A different class of images are known as vector graphics, which
include svg
, pdf
(yes, the same one often used for text
documents) and eps
. These save the lines and letters of the plot
as separate objects, which retain their identity when saved to file.
This means that when zooming in, the image doesn't start looking
grainy as the grid level gets reached. For line images and text, or
images generated with lots of shapes, this can be a very useful file
format. (If you have a standard photograph, then the continuous
nature of most elements would rule out vector graphics as a good
format.) Specifying a vector graphic file output follows the same
syntax as for rasterized images, above:
plt.savefig("figure_01.svg")
etc.
Which file format is best for your image? You can always test a couple
options and see-- be sure to check both the normal image, the zoomed
image and the file size. There are also other file formats out there,
too.
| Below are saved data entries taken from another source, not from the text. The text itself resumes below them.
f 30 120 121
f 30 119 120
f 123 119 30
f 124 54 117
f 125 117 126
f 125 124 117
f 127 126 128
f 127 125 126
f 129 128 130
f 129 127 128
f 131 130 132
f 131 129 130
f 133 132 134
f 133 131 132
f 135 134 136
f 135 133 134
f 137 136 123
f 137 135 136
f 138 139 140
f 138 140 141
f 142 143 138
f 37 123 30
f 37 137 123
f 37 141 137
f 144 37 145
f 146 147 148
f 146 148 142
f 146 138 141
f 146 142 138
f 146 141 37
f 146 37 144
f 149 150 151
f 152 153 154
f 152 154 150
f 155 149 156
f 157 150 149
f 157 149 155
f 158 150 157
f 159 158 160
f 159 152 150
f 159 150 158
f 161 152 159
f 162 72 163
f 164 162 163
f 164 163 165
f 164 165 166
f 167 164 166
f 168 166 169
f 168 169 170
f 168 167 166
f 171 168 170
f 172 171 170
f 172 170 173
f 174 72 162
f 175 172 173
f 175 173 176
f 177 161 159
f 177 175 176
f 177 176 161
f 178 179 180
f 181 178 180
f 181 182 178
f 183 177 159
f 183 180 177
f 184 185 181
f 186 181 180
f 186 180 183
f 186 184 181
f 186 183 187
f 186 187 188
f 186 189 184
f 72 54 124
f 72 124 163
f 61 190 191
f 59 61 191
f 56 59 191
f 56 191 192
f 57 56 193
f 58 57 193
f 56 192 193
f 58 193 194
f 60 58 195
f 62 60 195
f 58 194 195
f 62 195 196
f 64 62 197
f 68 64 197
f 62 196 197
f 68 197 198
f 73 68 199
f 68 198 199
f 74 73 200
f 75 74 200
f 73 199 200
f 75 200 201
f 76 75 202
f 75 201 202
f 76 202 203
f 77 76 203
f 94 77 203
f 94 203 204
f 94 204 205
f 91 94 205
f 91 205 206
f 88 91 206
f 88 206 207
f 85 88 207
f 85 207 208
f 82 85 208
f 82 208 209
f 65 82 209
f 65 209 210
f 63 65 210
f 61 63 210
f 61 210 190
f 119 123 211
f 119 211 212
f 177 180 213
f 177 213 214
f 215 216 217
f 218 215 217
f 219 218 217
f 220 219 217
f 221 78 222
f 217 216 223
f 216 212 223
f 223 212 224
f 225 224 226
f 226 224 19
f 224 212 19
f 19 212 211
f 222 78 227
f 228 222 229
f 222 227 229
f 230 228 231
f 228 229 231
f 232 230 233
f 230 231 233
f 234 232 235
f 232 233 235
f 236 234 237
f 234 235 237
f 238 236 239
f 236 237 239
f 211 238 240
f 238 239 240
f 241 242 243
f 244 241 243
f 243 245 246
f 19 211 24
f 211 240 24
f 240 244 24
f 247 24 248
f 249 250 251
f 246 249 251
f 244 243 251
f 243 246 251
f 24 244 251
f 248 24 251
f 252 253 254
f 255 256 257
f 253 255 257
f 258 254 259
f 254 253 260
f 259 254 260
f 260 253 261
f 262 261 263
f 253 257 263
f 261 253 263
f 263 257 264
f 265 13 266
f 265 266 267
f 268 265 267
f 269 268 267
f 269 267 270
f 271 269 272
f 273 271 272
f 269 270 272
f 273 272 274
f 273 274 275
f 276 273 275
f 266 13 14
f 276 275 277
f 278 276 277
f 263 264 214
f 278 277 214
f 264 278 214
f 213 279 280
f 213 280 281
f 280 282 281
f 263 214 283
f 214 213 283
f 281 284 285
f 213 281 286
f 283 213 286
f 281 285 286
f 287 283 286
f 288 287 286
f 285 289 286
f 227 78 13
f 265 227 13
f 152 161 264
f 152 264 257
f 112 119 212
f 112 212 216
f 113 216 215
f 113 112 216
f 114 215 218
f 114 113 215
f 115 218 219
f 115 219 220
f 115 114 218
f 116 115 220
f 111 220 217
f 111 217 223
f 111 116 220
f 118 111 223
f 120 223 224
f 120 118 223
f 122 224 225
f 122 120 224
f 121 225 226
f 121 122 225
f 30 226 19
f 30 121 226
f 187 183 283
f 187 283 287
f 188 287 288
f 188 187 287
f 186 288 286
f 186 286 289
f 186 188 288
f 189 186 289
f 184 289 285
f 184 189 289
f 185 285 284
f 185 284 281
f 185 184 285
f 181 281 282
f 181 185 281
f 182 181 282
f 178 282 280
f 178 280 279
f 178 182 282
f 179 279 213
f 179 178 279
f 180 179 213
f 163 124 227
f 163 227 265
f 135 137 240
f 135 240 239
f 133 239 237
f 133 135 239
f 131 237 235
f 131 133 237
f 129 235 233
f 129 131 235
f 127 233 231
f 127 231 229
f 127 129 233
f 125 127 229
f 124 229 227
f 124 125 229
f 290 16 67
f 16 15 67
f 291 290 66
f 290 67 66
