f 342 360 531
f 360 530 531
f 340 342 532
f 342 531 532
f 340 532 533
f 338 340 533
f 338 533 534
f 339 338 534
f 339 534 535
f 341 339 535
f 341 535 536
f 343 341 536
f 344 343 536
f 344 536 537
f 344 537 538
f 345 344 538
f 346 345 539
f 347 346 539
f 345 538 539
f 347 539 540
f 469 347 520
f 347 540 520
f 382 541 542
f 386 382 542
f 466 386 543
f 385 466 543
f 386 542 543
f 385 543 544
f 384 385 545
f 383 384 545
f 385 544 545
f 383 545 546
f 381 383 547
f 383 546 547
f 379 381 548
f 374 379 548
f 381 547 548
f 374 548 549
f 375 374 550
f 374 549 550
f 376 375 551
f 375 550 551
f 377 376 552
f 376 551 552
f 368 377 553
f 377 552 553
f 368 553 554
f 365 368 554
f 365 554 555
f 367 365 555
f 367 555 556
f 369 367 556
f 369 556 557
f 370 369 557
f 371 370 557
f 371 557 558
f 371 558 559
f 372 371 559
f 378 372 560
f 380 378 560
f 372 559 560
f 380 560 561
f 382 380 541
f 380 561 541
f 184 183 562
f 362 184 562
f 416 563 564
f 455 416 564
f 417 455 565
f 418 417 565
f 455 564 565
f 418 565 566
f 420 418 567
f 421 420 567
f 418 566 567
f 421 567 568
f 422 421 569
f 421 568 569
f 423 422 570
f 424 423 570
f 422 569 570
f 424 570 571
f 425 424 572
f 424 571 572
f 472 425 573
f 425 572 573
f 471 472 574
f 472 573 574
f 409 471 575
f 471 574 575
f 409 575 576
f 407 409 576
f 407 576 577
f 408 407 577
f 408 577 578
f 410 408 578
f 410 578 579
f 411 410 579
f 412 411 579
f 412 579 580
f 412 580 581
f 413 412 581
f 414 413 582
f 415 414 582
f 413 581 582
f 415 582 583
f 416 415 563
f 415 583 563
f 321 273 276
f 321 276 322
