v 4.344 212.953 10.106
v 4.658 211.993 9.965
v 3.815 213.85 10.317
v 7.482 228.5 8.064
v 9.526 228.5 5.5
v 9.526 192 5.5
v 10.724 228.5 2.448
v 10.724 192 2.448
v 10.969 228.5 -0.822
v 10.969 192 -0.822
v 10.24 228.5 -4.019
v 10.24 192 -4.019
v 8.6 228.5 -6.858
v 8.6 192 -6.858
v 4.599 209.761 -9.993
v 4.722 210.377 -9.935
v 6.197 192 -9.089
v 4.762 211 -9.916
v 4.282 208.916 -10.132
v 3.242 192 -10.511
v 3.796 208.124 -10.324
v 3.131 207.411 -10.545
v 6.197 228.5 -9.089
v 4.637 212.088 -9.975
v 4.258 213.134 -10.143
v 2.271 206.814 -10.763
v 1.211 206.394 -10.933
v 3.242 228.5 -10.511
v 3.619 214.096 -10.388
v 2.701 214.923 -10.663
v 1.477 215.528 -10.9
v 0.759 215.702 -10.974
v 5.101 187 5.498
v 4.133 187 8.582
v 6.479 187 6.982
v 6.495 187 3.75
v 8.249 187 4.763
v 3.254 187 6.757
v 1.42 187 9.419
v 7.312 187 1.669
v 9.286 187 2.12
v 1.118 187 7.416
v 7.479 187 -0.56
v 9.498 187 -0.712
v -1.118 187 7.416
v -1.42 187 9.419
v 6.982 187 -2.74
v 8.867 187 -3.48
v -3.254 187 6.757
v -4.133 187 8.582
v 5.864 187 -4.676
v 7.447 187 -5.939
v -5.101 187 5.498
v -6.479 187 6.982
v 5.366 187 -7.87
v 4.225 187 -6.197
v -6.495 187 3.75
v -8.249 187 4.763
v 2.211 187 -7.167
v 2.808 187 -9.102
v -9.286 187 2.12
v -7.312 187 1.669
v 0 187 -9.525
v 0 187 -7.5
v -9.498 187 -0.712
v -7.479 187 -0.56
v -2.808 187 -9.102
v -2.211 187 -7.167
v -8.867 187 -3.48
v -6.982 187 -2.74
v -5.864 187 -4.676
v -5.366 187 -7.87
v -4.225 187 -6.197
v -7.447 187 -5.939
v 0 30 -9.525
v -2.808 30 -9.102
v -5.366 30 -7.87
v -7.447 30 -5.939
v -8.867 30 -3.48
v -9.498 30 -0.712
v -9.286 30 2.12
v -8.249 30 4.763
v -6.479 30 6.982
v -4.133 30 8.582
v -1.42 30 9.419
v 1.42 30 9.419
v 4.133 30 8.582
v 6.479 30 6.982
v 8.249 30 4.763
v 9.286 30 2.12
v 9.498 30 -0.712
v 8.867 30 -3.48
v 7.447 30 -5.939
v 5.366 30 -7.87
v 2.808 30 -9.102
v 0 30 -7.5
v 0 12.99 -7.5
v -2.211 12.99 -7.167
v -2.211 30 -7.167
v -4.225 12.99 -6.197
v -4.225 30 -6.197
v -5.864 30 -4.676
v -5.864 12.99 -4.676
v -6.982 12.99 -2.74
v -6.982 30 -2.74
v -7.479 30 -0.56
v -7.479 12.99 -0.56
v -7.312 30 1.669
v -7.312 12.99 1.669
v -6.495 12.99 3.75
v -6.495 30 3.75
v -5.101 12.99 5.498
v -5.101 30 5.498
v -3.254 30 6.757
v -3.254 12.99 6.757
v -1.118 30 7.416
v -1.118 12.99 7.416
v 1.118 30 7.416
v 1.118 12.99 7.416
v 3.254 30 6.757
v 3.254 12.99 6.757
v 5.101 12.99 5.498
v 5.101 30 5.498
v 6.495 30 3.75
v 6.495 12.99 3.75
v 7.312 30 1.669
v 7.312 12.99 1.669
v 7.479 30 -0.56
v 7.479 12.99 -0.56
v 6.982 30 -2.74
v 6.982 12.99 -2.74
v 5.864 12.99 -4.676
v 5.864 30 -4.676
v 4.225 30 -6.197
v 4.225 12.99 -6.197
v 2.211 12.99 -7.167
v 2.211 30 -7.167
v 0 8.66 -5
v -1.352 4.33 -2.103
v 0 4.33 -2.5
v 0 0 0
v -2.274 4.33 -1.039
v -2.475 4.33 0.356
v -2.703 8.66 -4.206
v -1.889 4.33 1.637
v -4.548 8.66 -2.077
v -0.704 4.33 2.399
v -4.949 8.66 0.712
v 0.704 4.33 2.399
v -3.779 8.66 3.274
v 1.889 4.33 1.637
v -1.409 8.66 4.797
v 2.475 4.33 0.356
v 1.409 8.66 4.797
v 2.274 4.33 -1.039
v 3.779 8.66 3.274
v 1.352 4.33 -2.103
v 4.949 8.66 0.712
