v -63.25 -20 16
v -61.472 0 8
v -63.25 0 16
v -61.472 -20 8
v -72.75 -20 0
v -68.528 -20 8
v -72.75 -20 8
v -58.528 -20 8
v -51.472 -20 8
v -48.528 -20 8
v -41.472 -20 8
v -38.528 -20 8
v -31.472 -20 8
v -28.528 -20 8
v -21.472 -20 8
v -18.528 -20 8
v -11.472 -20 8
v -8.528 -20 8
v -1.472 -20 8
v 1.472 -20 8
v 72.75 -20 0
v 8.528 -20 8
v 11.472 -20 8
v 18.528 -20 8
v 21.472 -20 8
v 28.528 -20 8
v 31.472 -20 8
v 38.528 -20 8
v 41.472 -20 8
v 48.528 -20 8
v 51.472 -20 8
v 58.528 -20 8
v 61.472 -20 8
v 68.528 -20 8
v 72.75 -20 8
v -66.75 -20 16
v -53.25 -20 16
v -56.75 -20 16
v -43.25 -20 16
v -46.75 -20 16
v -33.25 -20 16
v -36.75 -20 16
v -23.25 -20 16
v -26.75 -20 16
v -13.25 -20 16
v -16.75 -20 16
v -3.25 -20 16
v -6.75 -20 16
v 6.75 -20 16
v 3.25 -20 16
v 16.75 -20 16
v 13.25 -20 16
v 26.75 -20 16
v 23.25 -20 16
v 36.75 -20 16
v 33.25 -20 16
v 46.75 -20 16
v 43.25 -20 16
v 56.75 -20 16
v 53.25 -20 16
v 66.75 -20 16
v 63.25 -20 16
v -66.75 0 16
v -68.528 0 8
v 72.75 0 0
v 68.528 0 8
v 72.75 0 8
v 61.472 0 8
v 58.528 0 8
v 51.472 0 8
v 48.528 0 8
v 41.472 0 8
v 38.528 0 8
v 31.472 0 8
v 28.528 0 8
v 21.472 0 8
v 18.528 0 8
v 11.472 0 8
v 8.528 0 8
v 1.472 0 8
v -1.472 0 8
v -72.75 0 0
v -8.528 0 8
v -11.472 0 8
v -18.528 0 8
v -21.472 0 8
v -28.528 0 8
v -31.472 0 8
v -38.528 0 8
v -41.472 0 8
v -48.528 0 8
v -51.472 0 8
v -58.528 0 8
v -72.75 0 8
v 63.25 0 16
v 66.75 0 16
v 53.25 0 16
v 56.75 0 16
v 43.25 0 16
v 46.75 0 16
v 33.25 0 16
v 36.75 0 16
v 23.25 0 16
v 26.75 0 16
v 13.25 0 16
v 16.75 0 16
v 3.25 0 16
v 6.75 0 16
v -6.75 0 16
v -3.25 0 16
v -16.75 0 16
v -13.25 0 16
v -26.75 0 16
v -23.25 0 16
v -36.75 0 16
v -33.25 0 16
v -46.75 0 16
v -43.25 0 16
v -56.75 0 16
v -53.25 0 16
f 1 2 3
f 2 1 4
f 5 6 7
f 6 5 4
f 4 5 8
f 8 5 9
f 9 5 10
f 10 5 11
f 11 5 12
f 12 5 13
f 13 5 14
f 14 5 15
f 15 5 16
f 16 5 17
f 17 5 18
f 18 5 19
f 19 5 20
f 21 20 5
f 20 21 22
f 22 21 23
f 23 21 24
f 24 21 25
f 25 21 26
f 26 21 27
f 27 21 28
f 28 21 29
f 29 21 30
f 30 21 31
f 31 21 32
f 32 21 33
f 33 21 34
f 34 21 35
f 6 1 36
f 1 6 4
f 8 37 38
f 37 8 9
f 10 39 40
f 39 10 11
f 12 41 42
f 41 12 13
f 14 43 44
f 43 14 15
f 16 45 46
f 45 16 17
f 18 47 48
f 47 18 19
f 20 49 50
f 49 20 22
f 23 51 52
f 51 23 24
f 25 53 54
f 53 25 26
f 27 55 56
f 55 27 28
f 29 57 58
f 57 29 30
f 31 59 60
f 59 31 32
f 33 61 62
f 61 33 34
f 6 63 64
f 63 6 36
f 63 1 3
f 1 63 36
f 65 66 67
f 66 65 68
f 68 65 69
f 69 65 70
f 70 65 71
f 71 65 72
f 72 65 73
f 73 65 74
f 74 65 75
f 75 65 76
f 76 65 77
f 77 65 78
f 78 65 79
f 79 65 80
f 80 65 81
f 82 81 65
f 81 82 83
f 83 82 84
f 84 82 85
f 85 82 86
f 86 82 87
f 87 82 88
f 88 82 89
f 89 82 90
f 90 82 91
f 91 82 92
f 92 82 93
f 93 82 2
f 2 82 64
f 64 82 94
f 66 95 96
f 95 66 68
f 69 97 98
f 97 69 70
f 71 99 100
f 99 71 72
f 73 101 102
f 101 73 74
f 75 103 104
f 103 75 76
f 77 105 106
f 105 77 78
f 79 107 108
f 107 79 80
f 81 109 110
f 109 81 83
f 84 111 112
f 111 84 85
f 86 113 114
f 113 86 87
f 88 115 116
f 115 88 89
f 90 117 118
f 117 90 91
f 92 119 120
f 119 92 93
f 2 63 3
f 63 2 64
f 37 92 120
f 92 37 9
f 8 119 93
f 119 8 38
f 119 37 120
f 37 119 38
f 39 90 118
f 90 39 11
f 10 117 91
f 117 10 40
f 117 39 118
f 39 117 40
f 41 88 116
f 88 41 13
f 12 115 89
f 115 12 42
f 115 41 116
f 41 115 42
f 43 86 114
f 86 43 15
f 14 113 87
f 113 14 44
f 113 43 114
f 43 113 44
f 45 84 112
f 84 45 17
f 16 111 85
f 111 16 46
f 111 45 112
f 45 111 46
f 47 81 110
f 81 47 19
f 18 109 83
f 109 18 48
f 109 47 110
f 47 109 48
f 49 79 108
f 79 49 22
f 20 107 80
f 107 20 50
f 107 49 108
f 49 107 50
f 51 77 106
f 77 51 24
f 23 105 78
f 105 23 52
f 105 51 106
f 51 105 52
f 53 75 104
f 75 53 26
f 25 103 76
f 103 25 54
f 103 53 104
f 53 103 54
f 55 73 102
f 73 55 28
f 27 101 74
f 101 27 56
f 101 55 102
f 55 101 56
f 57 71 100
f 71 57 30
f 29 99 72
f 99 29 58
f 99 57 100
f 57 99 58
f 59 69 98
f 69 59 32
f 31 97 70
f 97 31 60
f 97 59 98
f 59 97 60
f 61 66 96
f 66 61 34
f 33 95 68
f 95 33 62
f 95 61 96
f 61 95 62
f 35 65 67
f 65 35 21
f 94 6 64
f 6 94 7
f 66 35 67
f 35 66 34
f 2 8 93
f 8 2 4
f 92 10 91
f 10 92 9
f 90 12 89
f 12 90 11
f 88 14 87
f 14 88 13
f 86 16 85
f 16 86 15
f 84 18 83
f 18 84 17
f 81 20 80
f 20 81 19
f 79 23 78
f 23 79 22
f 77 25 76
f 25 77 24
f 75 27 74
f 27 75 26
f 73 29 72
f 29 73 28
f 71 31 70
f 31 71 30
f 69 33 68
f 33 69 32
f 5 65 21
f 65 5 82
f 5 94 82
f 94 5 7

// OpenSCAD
$fn = 32;

// ----------------------------------------------------------------------
// Toothed rack, 14 teeth
// 10 mm pitch, 8 mm teeth
// ----------------------------------------------------------------------

// --- parameters (mm) ---
bar_w = 20;     // bar width (Y)
bar_h = 8;      // bar height (Z)
teeth = 14;     // number of teeth
pitch = 10;     // tooth pitch
tooth_h = 8;    // tooth height above the bar
root_w = 7.5;   // tooth width at the root
crest_w = 3.5;  // tooth width at the crest

// --- derived feature positions (mm) ---
span = (teeth - 1) * pitch;  // = 130   distance between the outer teeth
bar_l = span + root_w + 8;   // = 145.5   bar length: teeth plus 4 mm at each end
tooth_x = -span / 2;         // = -65   X of the first tooth
height = bar_h + tooth_h;    // = 16   overall height
feature_centers = [
  [tooth_x + 0 * pitch, -bar_w / 2],
  [tooth_x + 1 * pitch, -bar_w / 2],
  [tooth_x + 2 * pitch, -bar_w / 2],
  [tooth_x + 3 * pitch, -bar_w / 2],
  [tooth_x + 4 * pitch, -bar_w / 2],
  [tooth_x + 5 * pitch, -bar_w / 2],
  [tooth_x + 6 * pitch, -bar_w / 2],
  [tooth_x + 7 * pitch, -bar_w / 2],
  [tooth_x + 8 * pitch, -bar_w / 2],
  [tooth_x + 9 * pitch, -bar_w / 2],
  [tooth_x + 10 * pitch, -bar_w / 2],
  [tooth_x + 11 * pitch, -bar_w / 2],
  [tooth_x + 12 * pitch, -bar_w / 2],
  [tooth_x + 13 * pitch, -bar_w / 2]
];   // tooth centre line, drives the tooth loop

// bar with a rack of teeth, one extruded trapezoium per centre
module rack_tooth() {
  linear_extrude(height = bar_w)
    polygon(points = [
      [0, 0],
      [root_w, 0],
      [root_w / 2 + crest_w / 2, tooth_h + 1],
      [root_w / 2 - crest_w / 2, tooth_h + 1]
    ]);
}

union() {
  translate([-bar_l / 2, -bar_w, 0]) cube([bar_l, bar_w, bar_h]);
  for (centre = feature_centers)
    translate([centre[0] - root_w / 2, 0, bar_h - 1]) rotate([90, 0, 0]) rack_tooth();
}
Note that some have tradeoffs-- the above formats are all
lossless meaning that they don't try to sacrifice image quality
for file size, but other formats will (they are lossy). For
example, gif
is another rasterized graphic with fairly compact
file size, but generally poor quality; it is popular for simple,
lightweight web images and movies, but would not be a good choice for
most plots.
Finally, we note if you want to control the size of the saved image,
that is done using the figsize
kwarg in the plt.figure()
function. It is necessary to provide both the width and height of the
final figure, so this pair of values must be grouped together, e.g.:
plt.figure("some fig label", figsize=(WIDTH, HEIGHT))
The units of WIDTH and HEIGHT are inches.